What is Alpha Lipoic Acid (ALA) and Can You Use as a Chelator for Mercury Detoxification?

By Rebecca Rust Lee, Certified Health Coach, November 11, 2025

Whether ALA (alpha lipoic acid) is or is not a mercury chelator is a controversial question. Is ALA just an agent that encourages the body to make glutathione, or is it an actual dithiol, fat, and water-soluble chelator of mercury? Andrew Cutler, PhD brought his expertise to the analysis of two important studies that address this question.

Who Was Andrew Cutler, PhD?

Andy Cutler, PhD, PE was a health care consultant in the Seattle area.

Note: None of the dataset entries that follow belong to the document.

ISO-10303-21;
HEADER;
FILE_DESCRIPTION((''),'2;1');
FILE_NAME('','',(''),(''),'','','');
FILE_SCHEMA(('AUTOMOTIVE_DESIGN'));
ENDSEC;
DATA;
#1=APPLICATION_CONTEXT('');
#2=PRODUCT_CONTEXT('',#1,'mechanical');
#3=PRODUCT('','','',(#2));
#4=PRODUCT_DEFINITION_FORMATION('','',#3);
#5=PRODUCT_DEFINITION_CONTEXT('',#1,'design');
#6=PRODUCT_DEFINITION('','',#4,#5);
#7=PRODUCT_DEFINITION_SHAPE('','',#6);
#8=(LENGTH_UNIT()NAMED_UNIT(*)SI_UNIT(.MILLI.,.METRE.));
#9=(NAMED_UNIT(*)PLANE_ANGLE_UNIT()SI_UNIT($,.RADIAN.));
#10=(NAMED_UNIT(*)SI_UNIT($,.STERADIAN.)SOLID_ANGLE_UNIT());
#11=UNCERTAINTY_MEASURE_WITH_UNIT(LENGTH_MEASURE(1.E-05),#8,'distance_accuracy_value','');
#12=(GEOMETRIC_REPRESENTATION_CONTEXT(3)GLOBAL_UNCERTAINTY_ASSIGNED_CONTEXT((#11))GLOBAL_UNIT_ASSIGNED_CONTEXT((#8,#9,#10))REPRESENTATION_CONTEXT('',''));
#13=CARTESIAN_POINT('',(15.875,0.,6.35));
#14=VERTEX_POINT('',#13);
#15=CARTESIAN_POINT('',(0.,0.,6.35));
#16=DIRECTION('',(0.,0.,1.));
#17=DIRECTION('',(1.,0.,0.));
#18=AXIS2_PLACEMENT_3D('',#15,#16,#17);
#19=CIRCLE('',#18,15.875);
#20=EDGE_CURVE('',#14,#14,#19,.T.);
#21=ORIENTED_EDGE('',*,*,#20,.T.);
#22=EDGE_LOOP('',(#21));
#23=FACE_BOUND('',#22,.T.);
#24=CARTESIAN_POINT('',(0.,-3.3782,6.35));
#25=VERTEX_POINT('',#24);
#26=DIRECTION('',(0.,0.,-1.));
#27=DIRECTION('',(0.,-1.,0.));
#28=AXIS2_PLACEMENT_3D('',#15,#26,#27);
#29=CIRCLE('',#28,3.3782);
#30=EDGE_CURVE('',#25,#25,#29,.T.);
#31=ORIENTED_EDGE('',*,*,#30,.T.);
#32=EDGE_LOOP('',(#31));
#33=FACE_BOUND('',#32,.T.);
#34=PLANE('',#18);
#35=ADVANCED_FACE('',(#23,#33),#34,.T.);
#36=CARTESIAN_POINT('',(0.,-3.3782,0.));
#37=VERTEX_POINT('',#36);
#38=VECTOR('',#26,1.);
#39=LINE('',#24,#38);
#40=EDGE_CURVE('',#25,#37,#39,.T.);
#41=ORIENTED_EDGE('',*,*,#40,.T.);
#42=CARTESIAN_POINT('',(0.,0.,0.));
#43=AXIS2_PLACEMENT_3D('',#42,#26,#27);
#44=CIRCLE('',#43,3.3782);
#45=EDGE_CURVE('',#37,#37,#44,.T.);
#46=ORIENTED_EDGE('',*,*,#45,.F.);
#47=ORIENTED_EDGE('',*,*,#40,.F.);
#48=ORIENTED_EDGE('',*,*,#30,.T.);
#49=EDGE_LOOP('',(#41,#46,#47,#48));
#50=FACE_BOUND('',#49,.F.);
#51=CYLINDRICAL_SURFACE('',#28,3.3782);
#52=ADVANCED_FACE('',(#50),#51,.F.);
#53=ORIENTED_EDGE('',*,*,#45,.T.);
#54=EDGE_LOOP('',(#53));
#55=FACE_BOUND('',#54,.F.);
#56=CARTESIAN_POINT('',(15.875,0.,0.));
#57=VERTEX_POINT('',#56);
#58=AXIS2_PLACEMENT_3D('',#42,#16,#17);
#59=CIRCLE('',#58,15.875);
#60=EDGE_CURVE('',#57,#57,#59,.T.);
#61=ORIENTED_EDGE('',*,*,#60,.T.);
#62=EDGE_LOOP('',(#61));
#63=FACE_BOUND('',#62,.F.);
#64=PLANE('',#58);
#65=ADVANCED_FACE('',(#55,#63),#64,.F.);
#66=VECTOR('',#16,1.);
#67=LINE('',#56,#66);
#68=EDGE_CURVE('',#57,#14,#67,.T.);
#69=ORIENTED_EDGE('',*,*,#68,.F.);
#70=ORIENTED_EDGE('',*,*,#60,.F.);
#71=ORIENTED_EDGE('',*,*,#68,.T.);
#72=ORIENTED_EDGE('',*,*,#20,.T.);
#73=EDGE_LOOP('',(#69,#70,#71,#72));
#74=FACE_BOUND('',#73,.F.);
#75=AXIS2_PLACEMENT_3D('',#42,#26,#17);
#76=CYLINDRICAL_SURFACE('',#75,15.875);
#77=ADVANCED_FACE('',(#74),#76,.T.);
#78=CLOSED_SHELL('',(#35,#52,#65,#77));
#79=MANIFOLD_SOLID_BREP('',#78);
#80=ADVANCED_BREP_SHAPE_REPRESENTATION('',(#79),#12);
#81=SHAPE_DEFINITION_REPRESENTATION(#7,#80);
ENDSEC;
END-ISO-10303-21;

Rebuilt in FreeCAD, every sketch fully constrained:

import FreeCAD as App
import Part
import Sketcher
from FreeCAD import Vector
Q = App.Units.Quantity

doc = App.newDocument("Part")
body = doc.addObject("PartDesign::Body", "Body")

# Sketch on XY plane
sketch1 = doc.addObject("Sketcher::SketchObject", "Sketch")
body.addObject(sketch1)
sketch1.AttachmentSupport = (doc.XY_Plane, [""])
sketch1.MapMode = "FlatFace"
sketch1.addGeometry(Part.Circle(Vector(0, 0, 0), Vector(0, 0, 1), 16), False)
sketch1.addConstraint(Sketcher.Constraint("Coincident", 0, 3, -1, 1))
sketch1.addConstraint(Sketcher.Constraint("Diameter", 0, Q("1.25 in")))
pad1 = doc.addObject("PartDesign::Pad", "Pad")
body.addObject(pad1)
pad1.Profile = sketch1
pad1.Length = Q("0.25 in")

# Sketch on XY plane
sketch2 = doc.addObject("Sketcher::SketchObject", "Sketch001")
body.addObject(sketch2)
sketch2.AttachmentSupport = (doc.XY_Plane, [""])
sketch2.MapMode = "FlatFace"
sketch2.AttachmentOffset = App.Placement(Vector(0, 0, 0.25 * 25.4), App.Rotation())
sketch2.addGeometry(Part.Circle(Vector(0, 0, 0), Vector(0, 0, 1), 3.4), False)
sketch2.addConstraint(Sketcher.Constraint("Coincident", 0, 3, -1, 1))
sketch2.addConstraint(Sketcher.Constraint("Diameter", 0, Q("0.266 in")))
doc.recompute()
hole = doc.addObject("PartDesign::Hole", "Hole")
body.addObject(hole)
hole.Profile = sketch2
hole.ThreadType = "None"
hole.Diameter = Q("0.266 in")
hole.DepthType = "ThroughAll"

doc.recompute()
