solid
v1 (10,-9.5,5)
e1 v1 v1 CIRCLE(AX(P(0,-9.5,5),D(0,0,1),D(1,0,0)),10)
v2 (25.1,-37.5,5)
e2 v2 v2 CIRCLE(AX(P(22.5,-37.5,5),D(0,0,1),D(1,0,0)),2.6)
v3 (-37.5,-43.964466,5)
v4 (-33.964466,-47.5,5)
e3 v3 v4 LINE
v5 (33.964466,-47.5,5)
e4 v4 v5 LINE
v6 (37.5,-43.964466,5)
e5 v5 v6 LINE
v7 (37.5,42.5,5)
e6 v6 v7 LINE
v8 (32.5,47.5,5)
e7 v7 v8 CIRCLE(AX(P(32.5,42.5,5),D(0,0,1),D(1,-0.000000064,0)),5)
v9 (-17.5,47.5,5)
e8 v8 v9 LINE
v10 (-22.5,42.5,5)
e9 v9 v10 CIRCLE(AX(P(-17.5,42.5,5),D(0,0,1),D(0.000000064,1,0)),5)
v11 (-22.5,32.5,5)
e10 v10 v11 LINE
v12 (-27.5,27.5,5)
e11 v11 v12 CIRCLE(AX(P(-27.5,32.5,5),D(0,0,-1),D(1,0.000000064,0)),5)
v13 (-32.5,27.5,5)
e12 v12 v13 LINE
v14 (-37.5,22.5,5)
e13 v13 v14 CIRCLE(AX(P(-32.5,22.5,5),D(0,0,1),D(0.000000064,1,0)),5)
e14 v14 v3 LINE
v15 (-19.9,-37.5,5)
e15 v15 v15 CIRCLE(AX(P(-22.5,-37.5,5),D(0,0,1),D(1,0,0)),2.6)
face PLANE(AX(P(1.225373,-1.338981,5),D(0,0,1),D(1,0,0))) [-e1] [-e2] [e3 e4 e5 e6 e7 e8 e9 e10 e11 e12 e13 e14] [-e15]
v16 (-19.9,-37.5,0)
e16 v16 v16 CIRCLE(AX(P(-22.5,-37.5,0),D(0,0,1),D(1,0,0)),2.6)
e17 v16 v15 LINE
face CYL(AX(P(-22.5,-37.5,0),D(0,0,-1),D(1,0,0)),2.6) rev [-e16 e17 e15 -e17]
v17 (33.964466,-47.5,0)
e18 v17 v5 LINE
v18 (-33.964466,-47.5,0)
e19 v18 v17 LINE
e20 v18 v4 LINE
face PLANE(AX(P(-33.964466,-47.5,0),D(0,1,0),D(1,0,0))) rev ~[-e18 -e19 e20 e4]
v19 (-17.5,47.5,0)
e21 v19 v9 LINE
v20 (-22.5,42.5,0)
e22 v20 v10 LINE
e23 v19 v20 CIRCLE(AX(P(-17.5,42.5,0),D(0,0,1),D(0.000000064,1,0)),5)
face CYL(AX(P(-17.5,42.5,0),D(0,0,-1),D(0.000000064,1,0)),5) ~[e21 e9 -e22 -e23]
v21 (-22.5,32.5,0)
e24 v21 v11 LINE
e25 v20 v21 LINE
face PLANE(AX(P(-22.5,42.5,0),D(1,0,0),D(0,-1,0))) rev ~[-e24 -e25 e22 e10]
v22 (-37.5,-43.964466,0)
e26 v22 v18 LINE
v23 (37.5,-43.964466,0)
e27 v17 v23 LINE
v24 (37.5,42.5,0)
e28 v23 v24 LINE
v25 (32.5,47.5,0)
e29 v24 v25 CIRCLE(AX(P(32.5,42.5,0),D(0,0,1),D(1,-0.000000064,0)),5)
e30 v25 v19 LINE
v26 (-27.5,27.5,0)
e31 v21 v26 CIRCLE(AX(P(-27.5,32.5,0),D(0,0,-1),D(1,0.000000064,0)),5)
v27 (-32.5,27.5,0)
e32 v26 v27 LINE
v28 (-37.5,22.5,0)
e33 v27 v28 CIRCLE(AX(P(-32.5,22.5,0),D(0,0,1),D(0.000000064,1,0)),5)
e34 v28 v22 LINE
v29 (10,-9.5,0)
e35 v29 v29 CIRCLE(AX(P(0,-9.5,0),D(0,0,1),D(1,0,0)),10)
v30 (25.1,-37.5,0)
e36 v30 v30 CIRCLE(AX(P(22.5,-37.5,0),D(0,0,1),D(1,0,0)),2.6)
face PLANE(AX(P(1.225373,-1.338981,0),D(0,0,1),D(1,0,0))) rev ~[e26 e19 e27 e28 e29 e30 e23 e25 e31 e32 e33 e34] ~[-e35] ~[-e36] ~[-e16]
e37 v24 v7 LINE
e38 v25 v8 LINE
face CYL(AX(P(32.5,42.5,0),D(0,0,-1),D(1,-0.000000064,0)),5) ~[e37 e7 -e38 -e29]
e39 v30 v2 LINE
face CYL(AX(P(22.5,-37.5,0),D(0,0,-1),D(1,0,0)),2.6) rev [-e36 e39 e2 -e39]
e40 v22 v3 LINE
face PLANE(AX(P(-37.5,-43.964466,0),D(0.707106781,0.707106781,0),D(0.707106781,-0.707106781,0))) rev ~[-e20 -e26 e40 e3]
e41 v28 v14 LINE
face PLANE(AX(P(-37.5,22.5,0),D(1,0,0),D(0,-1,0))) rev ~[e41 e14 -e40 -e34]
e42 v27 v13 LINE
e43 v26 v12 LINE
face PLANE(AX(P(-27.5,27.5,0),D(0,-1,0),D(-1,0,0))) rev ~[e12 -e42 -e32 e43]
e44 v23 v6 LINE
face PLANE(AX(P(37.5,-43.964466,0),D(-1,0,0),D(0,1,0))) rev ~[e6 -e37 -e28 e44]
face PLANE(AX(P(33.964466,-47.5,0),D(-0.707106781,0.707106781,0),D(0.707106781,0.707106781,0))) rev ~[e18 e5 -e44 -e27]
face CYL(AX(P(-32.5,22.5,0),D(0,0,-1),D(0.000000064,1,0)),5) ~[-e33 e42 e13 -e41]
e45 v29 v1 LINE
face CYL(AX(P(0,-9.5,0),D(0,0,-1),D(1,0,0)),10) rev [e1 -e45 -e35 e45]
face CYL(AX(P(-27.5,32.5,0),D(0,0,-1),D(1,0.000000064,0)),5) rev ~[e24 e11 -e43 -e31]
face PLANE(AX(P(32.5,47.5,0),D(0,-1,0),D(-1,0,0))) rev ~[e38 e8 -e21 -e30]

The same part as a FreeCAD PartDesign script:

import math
import FreeCAD as App
import Part
import Sketcher

doc = App.newDocument("Part")
body = doc.addObject("PartDesign::Body", "Body")

sketch1 = doc.addObject("Sketcher::SketchObject", "Sketch")
body.addObject(sketch1)
sketch1.AttachmentSupport = (doc.XY_Plane, [""])
sketch1.MapMode = "FlatFace"
sketch1.addGeometry([
    Part.LineSegment(App.Vector(-34, -47.5, 0), App.Vector(34, -47.5, 0)),
    Part.LineSegment(App.Vector(34, -47.5, 0), App.Vector(37.5, -44, 0)),
    Part.LineSegment(App.Vector(37.5, -44, 0), App.Vector(37.5, 42.5, 0)),
    Part.ArcOfCircle(Part.Circle(App.Vector(32.5, 42.5, 0), App.Vector(0, 0, 1), 5), math.radians(0), math.radians(90)),
    Part.LineSegment(App.Vector(32.5, 47.5, 0), App.Vector(-17.5, 47.5, 0)),
    Part.ArcOfCircle(Part.Circle(App.Vector(-17.5, 42.5, 0), App.Vector(0, 0, 1), 5), math.radians(90), math.radians(180)),
    Part.LineSegment(App.Vector(-22.5, 42.5, 0), App.Vector(-22.5, 32.5, 0)),
    Part.ArcOfCircle(Part.Circle(App.Vector(-27.5, 32.5, 0), App.Vector(0, 0, 1), 5), math.radians(-90), math.radians(0)),
    Part.LineSegment(App.Vector(-27.5, 27.5, 0), App.Vector(-32.5, 27.5, 0)),
    Part.ArcOfCircle(Part.Circle(App.Vector(-32.5, 22.5, 0), App.Vector(0, 0, 1), 5), math.radians(90), math.radians(180)),
    Part.LineSegment(App.Vector(-37.5, 22.5, 0), App.Vector(-37.5, -44, 0)),
    Part.LineSegment(App.Vector(-37.5, -44, 0), App.Vector(-34, -47.5, 0)),
    Part.Circle(App.Vector(-22.5, -37.5, 0), App.Vector(0, 0, 1), 2.6),
    Part.Circle(App.Vector(22.5, -37.5, 0), App.Vector(0, 0, 1), 2.6),
    Part.Circle(App.Vector(0, -9.5, 0), App.Vector(0, 0, 1), 10),
], False)
sketch1.addConstraint([
    Sketcher.Constraint("Coincident", 0, 2, 1, 1),
    Sketcher.Constraint("Coincident", 1, 2, 2, 1),
    Sketcher.Constraint("Tangent", 2, 2, 3, 1),
    Sketcher.Constraint("Tangent", 3, 2, 4, 1),
    Sketcher.Constraint("Tangent", 4, 2, 5, 1),
    Sketcher.Constraint("Tangent", 5, 2, 6, 1),
    Sketcher.Constraint("Tangent", 6, 2, 7, 2),
    Sketcher.Constraint("Tangent", 7, 1, 8, 1),
    Sketcher.Constraint("Tangent", 8, 2, 9, 1),
    Sketcher.Constraint("Tangent", 9, 2, 10, 1),
    Sketcher.Constraint("Coincident", 10, 2, 11, 1),
    Sketcher.Constraint("Coincident", 11, 2, 0, 1),
    Sketcher.Constraint("Horizontal", 0),
    Sketcher.Constraint("Vertical", 2),
    Sketcher.Constraint("Horizontal", 4),
    Sketcher.Constraint("Vertical", 6),
    Sketcher.Constraint("Horizontal", 8),
    Sketcher.Constraint("Vertical", 10),
    Sketcher.Constraint("Equal", 3, 5),
    Sketcher.Constraint("Equal", 5, 7),
    Sketcher.Constraint("Equal", 7, 9),
    Sketcher.Constraint("Equal", 12, 13),
    Sketcher.Constraint("Symmetric", 12, 3, 13, 3, -2),
    Sketcher.Constraint("Symmetric", 1, 2, 10, 2, -2),
    Sketcher.Constraint("PointOnObject", 14, 3, -2),
    Sketcher.Constraint("Perpendicular", 1, 11),
    Sketcher.Constraint("Vertical", 12, 3, 5, 2),
    Sketcher.Constraint("Equal", 1, 11),
    Sketcher.Constraint("Diameter", 14, 20.0),
    Sketcher.Constraint("Radius", 3, 5.0),
    Sketcher.Constraint("Diameter", 12, 5.2),
    Sketcher.Constraint("DistanceX", 4, 2, 4, 1, 50.0),
    Sketcher.Constraint("DistanceX", 8, 2, 8, 1, 5.0),
    Sketcher.Constraint("DistanceY", 6, 2, 6, 1, 10.0),
    Sketcher.Constraint("Distance", 1, 5.0),
    Sketcher.Constraint("DistanceY", 12, 3, 9, 3, 60.0),
    Sketcher.Constraint("DistanceY", 12, 3, 14, 3, 28.0),
    Sketcher.Constraint("DistanceY", 0, 2, 13, 3, 10.0),
    Sketcher.Constraint("DistanceY", -1, 1, 3, 3, 42.5),
])
pad1 = doc.addObject("PartDesign::Pad", "Pad")
body.addObject(pad1)
pad1.Profile = sketch1
pad1.Length = 5

doc.recompute()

He is the author of Amalgam Illness, Diagnosis and Treatment, Hair Test Interpretation, Finding Hidden Toxicities, and The Mercury Detoxification Manual. Andy had a PhD in chemistry from Princeton University and a BS in physics from the University of California. Because of extensive self-study, he brought an unique knowledge of chemical kinetics, inorganic chemistry, and biochemistry to his analysis of mercury toxicity and his development of the Andy Cutler chelation protocol. His approach was not theoretical as he developed his protocol to save his own health from the mercury poisoning he got from some bad dental work.

Is Alpha Lipoic Acid a Chelator or Just an Antioxidant?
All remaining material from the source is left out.